• **ABOUT THIS EXERCISE**: Whenever the word "both" appears in a line of the data below, copy that line.

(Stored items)
▶

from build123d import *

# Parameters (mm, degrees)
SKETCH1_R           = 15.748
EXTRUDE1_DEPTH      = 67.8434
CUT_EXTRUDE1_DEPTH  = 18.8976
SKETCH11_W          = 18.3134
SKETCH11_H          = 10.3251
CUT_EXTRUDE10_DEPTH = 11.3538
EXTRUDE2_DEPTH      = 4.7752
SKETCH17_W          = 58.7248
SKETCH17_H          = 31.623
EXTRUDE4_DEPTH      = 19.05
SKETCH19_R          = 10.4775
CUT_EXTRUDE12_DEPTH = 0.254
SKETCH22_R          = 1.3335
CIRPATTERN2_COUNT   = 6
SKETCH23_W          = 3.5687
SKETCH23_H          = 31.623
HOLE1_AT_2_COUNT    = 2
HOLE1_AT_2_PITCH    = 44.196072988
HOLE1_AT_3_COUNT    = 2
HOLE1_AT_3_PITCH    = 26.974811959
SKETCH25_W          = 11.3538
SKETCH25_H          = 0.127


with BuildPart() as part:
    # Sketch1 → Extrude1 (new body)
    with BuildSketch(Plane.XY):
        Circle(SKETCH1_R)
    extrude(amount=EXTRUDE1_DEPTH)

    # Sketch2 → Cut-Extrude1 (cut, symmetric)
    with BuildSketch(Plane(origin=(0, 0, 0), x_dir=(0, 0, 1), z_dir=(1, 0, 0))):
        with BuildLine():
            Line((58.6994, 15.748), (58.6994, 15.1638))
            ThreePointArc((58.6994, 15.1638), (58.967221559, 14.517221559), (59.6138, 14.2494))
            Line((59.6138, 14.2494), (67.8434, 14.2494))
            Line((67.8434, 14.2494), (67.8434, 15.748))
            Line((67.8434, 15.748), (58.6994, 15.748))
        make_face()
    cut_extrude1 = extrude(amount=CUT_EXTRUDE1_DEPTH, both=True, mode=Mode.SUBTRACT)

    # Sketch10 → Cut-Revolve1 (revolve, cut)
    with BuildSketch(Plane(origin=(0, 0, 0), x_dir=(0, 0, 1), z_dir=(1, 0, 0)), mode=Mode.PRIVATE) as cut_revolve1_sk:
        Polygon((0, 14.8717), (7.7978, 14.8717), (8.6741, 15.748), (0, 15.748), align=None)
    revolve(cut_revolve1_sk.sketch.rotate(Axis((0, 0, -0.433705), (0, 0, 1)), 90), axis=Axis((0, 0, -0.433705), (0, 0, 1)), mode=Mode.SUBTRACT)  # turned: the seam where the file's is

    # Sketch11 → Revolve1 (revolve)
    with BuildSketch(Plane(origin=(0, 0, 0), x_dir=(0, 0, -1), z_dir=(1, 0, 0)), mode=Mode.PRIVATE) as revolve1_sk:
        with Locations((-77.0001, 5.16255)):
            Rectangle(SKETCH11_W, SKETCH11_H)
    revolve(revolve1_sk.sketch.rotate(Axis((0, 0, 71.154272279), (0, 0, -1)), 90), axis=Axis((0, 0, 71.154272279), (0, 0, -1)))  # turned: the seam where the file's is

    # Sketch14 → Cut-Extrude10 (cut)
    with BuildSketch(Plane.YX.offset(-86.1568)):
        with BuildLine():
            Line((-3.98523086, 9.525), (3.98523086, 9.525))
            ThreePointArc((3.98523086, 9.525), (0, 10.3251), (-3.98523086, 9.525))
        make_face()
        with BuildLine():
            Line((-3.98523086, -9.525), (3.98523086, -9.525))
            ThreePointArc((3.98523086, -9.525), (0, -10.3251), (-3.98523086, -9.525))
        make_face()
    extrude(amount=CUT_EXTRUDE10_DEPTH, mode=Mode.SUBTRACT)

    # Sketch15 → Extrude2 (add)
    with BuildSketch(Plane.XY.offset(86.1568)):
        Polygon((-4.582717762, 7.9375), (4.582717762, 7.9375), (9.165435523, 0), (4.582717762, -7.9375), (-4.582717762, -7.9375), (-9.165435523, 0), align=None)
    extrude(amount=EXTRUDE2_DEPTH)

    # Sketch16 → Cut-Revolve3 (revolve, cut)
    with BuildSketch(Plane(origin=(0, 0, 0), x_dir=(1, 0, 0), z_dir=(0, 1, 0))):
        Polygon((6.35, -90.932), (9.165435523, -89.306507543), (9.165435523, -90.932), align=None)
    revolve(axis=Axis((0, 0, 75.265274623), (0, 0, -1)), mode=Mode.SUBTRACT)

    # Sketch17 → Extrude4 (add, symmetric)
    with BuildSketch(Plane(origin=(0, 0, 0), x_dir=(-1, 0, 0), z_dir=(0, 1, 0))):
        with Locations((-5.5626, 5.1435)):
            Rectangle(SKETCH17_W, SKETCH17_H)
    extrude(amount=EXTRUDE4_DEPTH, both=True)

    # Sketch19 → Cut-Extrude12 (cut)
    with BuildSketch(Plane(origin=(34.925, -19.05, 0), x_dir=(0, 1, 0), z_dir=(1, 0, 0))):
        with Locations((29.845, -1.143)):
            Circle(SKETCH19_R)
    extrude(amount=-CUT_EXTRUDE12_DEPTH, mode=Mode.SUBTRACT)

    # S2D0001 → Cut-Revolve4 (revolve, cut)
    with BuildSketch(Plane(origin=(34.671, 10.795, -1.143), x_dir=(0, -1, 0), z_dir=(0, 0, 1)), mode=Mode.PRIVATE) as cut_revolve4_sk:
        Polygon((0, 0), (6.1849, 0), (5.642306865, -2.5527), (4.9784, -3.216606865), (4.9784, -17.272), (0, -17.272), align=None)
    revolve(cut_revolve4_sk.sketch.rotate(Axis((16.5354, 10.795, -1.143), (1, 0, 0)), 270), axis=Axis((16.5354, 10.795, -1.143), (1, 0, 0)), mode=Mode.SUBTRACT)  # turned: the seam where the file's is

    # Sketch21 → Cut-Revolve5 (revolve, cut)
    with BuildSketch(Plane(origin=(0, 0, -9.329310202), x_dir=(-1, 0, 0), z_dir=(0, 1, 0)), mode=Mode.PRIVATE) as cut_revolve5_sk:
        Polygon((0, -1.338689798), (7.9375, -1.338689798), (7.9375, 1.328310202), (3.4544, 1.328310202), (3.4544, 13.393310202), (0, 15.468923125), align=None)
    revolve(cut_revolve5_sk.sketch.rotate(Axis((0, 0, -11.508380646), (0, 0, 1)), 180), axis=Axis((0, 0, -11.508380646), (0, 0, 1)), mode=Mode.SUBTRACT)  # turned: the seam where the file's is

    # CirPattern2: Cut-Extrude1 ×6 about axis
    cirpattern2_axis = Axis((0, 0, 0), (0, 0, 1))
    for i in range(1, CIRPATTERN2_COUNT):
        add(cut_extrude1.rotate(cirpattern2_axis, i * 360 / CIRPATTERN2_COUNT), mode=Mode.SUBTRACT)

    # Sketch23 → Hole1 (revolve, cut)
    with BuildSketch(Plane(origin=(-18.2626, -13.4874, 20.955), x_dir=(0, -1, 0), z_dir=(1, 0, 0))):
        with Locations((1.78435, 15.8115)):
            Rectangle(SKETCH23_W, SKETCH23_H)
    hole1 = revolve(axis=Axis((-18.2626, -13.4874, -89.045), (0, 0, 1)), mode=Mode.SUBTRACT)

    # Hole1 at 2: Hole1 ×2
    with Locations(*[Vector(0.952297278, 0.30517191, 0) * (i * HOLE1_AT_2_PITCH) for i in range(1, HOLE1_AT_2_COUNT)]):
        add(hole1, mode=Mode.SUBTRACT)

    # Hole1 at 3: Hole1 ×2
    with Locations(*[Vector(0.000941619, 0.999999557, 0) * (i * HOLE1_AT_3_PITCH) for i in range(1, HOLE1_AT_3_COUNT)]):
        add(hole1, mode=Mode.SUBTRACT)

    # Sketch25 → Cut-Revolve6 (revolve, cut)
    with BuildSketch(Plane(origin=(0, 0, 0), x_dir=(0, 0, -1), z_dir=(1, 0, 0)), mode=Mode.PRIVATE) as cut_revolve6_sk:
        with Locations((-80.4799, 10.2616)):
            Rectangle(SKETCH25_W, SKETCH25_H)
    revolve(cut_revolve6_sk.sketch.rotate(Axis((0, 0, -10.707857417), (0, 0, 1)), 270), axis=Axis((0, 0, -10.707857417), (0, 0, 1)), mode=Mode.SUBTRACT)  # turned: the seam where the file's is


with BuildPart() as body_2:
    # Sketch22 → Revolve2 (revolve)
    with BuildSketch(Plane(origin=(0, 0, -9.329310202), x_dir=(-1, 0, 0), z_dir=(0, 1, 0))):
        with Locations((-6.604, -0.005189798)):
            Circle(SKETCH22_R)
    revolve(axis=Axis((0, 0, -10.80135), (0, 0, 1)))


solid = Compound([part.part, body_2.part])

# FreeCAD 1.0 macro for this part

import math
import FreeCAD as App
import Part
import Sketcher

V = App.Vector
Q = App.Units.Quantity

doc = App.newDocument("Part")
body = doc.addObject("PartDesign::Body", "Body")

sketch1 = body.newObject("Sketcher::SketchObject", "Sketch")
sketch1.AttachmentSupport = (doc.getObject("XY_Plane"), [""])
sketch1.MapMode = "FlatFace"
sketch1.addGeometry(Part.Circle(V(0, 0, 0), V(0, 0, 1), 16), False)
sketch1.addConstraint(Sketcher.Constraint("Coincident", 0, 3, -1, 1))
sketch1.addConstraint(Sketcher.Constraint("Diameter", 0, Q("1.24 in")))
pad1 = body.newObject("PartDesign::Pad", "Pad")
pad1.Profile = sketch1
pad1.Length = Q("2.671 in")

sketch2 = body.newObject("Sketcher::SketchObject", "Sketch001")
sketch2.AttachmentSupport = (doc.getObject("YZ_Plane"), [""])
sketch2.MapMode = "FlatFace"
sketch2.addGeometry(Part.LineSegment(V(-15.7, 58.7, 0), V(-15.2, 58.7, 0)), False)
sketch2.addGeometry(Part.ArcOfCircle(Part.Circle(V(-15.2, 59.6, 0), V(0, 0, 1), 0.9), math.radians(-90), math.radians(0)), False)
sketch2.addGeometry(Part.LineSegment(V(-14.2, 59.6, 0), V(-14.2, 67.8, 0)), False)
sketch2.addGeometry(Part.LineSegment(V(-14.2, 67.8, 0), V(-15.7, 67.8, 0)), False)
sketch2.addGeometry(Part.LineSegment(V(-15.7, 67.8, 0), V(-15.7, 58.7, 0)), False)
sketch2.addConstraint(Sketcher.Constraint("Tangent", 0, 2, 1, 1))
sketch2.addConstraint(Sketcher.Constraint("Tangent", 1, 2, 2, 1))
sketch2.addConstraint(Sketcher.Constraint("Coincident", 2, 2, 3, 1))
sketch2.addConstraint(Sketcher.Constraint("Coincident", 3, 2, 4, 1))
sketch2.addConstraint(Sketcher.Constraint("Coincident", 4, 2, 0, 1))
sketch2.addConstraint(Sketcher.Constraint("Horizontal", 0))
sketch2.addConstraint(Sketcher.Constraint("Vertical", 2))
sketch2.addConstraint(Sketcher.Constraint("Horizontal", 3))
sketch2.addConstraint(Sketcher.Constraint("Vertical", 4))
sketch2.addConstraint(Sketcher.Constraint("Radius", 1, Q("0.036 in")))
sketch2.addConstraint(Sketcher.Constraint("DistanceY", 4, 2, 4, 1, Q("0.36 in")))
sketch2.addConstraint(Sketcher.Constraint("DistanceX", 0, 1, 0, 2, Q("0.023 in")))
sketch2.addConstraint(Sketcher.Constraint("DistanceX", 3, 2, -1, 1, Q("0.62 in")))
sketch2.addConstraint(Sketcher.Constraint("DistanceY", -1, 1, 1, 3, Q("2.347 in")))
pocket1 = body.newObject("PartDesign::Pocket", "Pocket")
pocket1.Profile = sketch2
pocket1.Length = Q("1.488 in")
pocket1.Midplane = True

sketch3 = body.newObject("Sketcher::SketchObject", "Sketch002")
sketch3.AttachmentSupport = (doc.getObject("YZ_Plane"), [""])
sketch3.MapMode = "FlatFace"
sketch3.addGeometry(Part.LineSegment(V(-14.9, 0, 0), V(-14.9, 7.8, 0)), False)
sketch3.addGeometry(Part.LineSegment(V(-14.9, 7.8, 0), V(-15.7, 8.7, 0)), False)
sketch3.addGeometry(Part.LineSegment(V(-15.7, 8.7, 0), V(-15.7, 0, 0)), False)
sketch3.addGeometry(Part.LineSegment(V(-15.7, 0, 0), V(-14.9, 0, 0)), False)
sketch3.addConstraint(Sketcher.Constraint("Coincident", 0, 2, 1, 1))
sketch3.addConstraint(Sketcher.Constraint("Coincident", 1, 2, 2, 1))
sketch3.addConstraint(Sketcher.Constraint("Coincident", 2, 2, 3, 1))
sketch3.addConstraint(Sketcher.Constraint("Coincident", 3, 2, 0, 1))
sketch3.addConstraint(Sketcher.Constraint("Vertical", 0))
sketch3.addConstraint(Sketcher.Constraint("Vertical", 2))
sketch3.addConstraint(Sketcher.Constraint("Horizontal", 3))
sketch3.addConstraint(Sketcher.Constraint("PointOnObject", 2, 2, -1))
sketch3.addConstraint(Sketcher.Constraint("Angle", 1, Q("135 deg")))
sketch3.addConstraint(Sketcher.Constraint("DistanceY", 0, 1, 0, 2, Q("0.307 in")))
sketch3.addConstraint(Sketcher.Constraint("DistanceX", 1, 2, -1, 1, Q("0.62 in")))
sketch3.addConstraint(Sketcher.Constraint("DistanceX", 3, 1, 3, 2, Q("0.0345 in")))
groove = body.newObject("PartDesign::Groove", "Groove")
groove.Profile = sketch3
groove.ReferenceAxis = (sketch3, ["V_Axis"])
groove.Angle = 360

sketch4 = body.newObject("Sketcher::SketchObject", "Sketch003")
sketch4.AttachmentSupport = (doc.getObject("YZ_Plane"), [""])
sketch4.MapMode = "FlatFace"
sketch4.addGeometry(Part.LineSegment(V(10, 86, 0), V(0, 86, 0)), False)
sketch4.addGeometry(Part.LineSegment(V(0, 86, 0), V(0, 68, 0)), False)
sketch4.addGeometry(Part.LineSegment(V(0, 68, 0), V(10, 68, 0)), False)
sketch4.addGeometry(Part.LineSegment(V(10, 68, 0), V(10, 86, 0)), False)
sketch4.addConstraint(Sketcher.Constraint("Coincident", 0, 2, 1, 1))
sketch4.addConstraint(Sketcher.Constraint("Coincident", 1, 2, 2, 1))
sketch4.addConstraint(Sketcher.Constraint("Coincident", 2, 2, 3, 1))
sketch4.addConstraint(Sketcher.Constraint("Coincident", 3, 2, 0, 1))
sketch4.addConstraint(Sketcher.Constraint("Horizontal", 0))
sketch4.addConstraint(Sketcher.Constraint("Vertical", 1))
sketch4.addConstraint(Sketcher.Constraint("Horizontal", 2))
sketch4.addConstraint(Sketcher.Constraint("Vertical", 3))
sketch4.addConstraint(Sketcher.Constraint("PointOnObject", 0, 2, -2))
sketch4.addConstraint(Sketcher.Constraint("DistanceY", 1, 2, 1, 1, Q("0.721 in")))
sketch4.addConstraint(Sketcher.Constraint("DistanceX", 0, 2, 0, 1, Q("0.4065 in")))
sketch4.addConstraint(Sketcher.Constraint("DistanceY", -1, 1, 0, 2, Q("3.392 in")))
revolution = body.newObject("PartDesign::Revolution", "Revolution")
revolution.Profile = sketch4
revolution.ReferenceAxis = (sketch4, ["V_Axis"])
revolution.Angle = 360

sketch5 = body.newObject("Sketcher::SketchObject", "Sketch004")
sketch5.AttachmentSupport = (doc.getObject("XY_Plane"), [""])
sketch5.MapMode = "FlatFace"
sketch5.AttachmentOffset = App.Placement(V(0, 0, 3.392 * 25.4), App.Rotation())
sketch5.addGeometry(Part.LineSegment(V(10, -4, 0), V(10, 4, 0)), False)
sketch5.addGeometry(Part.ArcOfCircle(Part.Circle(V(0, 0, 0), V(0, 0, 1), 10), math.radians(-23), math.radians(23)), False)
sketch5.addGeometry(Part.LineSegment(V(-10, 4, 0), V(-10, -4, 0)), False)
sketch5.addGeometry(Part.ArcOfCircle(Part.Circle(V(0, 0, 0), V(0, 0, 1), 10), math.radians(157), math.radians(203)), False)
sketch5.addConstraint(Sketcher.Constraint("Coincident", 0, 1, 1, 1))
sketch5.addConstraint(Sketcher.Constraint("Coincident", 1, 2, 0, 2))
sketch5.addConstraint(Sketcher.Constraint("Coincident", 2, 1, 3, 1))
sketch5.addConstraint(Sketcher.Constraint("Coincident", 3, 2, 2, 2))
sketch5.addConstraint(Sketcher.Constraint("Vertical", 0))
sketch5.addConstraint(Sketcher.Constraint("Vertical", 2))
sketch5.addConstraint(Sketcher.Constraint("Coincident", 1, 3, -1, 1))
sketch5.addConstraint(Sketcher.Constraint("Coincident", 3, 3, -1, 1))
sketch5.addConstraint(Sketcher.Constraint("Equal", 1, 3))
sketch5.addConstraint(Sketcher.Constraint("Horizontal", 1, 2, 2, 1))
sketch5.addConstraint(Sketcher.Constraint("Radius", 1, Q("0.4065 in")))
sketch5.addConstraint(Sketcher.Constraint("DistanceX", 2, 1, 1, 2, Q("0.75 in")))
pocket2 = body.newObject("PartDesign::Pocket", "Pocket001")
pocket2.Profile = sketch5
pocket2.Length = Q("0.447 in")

◀

• **RESULT FOR THIS TASK**:
    cut_extrude1 = extrude(amount=CUT_EXTRUDE1_DEPTH, both=True, mode=Mode.SUBTRACT)
    extrude(amount=EXTRUDE4_DEPTH, both=True)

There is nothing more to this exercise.